Data normalization: scaling is normalized in initial characteristic data, this system uses two methods: deviation standardization
(Min-max normalization) and standard deviation standardize (zero-mean normalization).Data normalization process
In scaler be stored in local, need that the scaler is utilized to carry out equal extent when predicting freshly harvested data
Data normalization.
In disaggregated model, need to divide performance rate and load etc. by section according to performance scores and load score
Grade, specific as follows:
3, training data generates model
Data set is divided into training set, verifying collection and test set.Wherein training set, verifying collection and test set account for data set
Ratio is respectively 70%, 15%, 15%.
This system uses Integrated Algorithm training pattern, and gradient is promoted tree algorithm GBM and got a promotion based on gradient descent algorithm
Exponential model.Regression model uses training aids LGBMRegressor, and disaggregated model uses training aids LGBMClassifier.
4, assessment models
Early stop technology and CheckPoint technology are used during assessment models.
Early stop: deconditioning in advance sees in discovery training process that the validation error for verifying collection will not become again
When change, training can be automatically stopped after k wheel, and k is settable.Invalid training process, training for promotion effect will not thus occur
Rate.
CheckPoint technology: the technology can automatically save training pattern optimal in training process, even if being abnormal
Training is caused to stop that training result can also be saved in time.
5, model tuning
Model tuning function adjusts the hyper parameter of model using hyopt, and major parameter includes:
Iteration wheel number epochs
Learning rate learning_rate
Setting tree depth max_depth
Learner leaf maximum number max_leaves
The quantity number n_estimators of weak learner
Loss function objective
6, model prediction
Offline prediction: being predicted in model after tuning using the data in training set, and
Prediction in real time: grabbing data from database in real time and predicted, shows prediction result and is inserted into the new data
Into historical data, in case doing training set use when later period more new model.

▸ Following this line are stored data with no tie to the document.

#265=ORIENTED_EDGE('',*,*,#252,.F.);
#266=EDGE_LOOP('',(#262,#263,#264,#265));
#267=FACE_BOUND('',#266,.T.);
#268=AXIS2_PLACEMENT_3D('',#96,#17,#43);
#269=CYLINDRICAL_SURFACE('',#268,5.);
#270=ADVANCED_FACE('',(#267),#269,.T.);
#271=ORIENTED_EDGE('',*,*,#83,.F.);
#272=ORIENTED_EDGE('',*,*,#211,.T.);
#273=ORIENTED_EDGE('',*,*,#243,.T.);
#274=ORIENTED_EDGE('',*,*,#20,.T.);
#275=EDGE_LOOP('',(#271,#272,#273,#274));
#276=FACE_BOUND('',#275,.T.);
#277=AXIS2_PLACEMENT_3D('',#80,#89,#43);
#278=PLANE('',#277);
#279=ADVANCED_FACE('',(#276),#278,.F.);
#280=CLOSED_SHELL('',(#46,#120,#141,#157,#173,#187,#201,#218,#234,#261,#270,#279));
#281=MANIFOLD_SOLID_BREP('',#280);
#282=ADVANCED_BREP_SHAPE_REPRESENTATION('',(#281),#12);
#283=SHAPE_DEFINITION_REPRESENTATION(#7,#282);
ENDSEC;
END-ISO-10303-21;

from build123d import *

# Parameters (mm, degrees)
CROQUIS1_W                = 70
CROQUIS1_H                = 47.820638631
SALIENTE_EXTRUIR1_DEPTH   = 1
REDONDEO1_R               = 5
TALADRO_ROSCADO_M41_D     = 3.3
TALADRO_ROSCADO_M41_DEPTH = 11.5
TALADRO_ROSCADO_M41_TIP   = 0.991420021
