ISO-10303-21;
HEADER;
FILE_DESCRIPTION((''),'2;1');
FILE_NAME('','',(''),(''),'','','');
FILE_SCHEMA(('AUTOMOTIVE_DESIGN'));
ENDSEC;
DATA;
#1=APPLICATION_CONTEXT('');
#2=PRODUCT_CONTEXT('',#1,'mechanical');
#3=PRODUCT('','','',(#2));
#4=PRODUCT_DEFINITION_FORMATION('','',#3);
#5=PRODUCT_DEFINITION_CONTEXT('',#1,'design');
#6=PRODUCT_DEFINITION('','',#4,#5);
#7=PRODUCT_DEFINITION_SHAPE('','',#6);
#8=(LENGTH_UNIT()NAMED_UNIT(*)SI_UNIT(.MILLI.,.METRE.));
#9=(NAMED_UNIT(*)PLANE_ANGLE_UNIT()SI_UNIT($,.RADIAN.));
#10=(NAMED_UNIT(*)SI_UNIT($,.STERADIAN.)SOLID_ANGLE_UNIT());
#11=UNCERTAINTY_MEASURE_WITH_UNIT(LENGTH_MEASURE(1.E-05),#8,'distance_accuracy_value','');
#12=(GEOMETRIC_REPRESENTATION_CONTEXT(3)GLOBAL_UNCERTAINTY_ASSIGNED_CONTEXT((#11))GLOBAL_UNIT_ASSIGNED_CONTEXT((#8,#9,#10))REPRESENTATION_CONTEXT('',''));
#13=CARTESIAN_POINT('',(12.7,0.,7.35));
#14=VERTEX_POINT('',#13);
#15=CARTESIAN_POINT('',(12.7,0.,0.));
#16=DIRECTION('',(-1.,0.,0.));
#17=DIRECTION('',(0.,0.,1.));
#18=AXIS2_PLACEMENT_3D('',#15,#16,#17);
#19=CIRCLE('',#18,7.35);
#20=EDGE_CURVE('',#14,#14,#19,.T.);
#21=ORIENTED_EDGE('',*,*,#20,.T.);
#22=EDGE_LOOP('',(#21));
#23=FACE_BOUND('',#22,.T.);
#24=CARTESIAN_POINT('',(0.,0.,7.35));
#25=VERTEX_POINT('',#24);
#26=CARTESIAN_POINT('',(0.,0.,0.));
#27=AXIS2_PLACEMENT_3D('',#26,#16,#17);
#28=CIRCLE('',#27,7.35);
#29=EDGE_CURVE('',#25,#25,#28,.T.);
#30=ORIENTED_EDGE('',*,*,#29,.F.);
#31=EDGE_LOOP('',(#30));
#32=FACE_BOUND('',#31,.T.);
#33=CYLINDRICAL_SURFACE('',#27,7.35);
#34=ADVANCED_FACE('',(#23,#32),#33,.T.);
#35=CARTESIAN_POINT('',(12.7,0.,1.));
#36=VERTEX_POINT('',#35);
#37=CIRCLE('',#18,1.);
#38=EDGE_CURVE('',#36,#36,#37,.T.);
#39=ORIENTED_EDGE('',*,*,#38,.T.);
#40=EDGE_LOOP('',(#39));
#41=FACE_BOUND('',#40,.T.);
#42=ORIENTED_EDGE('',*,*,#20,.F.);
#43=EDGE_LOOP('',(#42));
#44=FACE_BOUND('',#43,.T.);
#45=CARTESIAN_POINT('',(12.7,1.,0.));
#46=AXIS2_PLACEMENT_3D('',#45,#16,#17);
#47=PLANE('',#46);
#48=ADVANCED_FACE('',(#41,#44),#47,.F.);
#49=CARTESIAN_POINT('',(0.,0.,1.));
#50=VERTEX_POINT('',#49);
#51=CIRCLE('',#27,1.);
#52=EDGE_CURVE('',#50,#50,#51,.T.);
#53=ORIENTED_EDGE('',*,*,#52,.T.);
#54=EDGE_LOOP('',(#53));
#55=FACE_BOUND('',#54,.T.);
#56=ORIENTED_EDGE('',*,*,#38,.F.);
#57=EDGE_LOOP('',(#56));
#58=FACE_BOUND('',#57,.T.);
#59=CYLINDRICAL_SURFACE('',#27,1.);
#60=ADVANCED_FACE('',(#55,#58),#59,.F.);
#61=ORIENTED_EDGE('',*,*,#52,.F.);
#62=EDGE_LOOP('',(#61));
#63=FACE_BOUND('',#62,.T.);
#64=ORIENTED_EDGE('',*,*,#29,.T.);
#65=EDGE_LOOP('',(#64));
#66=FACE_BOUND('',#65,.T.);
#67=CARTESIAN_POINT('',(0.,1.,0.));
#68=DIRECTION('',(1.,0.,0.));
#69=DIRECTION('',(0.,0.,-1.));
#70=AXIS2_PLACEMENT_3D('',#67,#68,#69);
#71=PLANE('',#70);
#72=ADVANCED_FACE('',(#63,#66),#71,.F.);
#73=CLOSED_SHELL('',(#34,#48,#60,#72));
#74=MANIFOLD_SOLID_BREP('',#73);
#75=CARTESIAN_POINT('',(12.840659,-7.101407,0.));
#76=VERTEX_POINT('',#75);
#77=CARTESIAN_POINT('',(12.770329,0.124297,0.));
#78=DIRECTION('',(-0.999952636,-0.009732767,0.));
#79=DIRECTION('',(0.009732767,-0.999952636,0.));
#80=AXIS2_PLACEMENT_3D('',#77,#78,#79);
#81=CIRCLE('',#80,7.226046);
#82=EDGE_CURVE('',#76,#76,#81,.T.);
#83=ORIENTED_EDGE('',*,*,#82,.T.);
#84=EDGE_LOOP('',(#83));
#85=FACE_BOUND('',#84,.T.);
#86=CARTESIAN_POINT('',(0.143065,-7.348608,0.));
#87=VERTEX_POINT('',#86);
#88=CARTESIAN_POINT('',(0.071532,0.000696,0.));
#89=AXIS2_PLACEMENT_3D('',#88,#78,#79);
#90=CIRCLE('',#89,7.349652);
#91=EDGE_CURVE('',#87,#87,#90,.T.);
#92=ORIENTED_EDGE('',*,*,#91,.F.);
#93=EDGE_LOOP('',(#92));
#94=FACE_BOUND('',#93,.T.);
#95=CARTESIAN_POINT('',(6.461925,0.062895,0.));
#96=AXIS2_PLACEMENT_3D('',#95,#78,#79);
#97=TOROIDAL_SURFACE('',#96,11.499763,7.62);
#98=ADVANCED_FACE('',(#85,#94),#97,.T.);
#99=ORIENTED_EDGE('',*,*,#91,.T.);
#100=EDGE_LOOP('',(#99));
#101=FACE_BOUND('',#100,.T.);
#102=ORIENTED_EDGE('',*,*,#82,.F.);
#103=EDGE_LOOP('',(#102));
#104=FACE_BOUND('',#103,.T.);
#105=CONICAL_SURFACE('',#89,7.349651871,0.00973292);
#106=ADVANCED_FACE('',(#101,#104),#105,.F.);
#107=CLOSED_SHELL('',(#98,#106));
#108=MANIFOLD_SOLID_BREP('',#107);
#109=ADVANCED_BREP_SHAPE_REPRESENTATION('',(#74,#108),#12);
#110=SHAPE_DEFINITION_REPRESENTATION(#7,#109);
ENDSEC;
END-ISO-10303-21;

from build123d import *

# Parameters (mm, degrees)
SKETCH1_W = 12.7
SKETCH1_H = 6.35


with BuildPart() as part:
    # Sketch1 → Revolve1 (revolve)
    with BuildSketch(Plane.XY):
        with Locations((6.35, 4.175)):
            Rectangle(SKETCH1_W, SKETCH1_H)
    revolve(axis=Axis((0, 0, 0), (1, 0, 0)))


with BuildPart() as body_2:
    # Sketch2 → Revolve8 (revolve)
    with BuildSketch(Plane.XY):
        with BuildLine():
            Line((0, 7.35), (12.7, 7.35))
            ThreePointArc((12.7, 7.35), (6.35, 19.182113484), (0, 7.35))
        make_face()
    revolve(axis=Axis((0, 0, 0), (0.999952636, 0.009732767, 0)))


solid = Compound([part.part, body_2.part])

In addition, there are many concrete methods of realizing and approach of the invention, the above is only a preferred embodiment of the present invention.
It should be pointed out that for those skilled in the art, without departing from the principle of the present invention, can also do
Several improvements and modifications out, these modifications and embellishments should also be considered as the scope of protection of the present invention.What is be not known in the present embodiment is each
The available prior art of component part is realized.